▶ **Task details**:
Your output is the line containing "f 295 296 297" plus all lines after it to the end of the records, reproduced exactly, with nothing else.

────────

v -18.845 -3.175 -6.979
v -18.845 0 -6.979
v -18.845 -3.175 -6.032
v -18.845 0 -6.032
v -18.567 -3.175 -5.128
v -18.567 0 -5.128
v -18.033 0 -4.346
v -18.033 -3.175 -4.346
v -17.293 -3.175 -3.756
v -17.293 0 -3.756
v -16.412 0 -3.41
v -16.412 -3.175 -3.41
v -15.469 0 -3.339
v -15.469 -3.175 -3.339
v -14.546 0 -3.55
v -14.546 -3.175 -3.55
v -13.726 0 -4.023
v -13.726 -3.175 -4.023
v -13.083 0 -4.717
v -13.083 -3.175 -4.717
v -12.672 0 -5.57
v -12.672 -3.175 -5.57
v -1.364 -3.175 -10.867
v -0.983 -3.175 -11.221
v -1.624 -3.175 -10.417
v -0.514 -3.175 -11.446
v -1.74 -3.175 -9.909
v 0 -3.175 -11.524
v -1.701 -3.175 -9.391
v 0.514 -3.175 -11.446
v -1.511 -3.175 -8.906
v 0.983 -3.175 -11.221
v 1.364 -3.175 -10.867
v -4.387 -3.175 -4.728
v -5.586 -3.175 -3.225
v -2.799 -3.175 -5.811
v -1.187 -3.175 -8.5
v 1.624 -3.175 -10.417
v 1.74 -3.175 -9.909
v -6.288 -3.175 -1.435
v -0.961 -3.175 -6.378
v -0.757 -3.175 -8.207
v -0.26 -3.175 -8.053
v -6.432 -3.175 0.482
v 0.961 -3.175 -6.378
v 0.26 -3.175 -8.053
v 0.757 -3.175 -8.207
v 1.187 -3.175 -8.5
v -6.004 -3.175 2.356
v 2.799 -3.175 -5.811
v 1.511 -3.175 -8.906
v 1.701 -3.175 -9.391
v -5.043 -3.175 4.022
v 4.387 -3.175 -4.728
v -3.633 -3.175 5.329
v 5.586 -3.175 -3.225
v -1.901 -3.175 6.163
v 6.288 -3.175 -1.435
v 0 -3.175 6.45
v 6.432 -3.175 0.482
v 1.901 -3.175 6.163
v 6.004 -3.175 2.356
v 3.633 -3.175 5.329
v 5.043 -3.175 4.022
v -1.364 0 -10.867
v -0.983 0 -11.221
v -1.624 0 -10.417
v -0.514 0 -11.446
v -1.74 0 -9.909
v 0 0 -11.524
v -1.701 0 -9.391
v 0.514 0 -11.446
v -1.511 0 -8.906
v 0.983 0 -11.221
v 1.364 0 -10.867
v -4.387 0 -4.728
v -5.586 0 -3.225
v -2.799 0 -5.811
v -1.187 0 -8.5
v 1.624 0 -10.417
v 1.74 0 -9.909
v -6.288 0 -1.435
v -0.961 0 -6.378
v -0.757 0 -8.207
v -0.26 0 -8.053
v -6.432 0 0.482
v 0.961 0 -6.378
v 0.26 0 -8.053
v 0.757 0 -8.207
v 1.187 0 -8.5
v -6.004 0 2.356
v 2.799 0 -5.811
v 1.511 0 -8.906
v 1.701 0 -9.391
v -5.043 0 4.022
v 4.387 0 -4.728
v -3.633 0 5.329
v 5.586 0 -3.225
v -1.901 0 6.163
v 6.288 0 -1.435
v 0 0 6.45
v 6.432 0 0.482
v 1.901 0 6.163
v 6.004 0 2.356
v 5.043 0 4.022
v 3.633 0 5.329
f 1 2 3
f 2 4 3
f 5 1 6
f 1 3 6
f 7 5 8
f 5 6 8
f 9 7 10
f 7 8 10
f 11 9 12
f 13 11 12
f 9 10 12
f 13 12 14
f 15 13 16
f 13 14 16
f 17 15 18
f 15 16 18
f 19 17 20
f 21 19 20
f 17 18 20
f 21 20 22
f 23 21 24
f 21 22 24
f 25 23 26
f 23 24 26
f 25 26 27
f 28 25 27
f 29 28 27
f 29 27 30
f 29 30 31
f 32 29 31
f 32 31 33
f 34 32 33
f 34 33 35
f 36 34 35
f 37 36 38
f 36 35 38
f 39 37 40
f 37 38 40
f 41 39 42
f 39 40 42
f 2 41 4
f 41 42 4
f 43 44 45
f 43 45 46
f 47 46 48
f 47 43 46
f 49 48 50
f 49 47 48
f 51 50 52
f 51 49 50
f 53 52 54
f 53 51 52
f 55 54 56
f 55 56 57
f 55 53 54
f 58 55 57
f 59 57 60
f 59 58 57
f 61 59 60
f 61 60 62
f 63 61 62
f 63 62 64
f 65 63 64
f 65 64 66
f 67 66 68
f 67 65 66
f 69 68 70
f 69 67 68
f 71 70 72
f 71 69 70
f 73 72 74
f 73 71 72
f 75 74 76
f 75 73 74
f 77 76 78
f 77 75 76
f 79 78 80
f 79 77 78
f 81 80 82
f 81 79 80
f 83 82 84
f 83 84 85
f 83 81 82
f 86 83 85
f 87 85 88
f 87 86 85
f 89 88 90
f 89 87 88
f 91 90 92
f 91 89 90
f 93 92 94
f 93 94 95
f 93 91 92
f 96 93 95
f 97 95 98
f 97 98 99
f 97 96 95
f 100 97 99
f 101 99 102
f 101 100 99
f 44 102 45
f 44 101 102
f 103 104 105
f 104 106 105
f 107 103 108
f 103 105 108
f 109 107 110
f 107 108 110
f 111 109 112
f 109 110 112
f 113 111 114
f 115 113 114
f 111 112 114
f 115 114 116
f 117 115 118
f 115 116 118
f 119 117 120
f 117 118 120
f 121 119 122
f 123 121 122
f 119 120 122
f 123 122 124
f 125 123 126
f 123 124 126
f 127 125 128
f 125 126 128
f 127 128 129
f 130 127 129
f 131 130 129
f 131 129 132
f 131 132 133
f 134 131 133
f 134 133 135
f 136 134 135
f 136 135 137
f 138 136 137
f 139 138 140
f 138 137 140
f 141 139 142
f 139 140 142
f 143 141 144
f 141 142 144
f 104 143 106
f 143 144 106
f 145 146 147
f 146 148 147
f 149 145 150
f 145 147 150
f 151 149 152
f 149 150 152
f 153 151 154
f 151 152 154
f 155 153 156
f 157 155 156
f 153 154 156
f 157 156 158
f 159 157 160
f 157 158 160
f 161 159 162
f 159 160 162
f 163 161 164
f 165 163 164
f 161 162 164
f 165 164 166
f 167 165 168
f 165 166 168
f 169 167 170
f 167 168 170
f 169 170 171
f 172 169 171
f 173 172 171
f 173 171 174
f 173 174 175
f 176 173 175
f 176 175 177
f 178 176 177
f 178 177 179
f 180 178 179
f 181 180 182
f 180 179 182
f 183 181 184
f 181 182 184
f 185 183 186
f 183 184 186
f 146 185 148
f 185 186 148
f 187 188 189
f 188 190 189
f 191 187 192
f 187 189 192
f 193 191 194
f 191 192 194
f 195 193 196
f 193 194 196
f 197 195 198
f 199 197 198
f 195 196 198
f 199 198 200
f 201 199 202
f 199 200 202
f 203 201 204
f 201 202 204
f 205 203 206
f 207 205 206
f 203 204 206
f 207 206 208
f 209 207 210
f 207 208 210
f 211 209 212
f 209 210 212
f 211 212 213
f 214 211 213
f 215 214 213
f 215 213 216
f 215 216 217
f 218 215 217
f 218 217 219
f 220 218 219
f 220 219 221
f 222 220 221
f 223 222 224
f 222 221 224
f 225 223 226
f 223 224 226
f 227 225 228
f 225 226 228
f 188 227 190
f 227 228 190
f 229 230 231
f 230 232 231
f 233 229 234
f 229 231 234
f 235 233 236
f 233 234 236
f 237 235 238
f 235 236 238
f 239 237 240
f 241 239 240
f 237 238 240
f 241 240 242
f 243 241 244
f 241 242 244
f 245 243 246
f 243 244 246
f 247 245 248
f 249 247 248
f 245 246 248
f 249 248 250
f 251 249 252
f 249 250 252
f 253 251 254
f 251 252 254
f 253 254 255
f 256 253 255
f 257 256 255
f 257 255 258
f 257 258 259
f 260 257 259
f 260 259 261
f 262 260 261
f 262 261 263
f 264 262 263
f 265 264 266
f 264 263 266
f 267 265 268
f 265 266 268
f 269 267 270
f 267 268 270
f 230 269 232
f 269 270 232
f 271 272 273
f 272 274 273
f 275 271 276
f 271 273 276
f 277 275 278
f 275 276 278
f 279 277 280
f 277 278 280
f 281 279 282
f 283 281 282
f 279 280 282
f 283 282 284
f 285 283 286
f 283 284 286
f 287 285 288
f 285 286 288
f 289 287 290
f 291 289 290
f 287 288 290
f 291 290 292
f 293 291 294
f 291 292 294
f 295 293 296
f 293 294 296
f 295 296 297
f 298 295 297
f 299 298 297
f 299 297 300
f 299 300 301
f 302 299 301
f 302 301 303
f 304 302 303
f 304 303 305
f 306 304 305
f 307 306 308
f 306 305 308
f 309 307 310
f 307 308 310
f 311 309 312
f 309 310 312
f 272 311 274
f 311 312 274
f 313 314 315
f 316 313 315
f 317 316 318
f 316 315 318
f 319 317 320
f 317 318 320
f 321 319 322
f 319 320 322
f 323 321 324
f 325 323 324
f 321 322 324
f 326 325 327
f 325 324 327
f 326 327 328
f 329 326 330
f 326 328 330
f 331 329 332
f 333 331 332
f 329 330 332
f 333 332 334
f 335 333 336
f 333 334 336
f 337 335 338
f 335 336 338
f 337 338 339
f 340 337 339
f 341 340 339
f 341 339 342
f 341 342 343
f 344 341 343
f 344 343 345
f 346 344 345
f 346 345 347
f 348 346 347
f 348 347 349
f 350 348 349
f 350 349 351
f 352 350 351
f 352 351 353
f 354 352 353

────────

▶ **Response to the exercise**:
f 295 296 297
f 298 295 297
f 299 298 297
f 299 297 300
f 299 300 301
f 302 299 301
f 302 301 303
f 304 302 303
f 304 303 305
f 306 304 305
f 307 306 308
f 306 305 308
f 309 307 310
f 307 308 310
f 311 309 312
f 309 310 312
f 272 311 274
f 311 312 274
f 313 314 315
f 316 313 315
f 317 316 318
f 316 315 318
f 319 317 320
f 317 318 320
f 321 319 322
f 319 320 322
f 323 321 324
f 325 323 324
f 321 322 324
f 326 325 327
f 325 324 327
f 326 327 328
f 329 326 330
f 326 328 330
f 331 329 332
f 333 331 332
f 329 330 332
f 333 332 334
f 335 333 336
f 333 334 336
f 337 335 338
f 335 336 338
f 337 338 339
f 340 337 339
f 341 340 339
f 341 339 342
f 341 342 343
f 344 341 343
f 344 343 345
f 346 344 345
f 346 345 347
f 348 346 347
f 348 347 349
f 350 348 349
f 350 349 351
f 352 350 351
f 352 351 353
f 354 352 353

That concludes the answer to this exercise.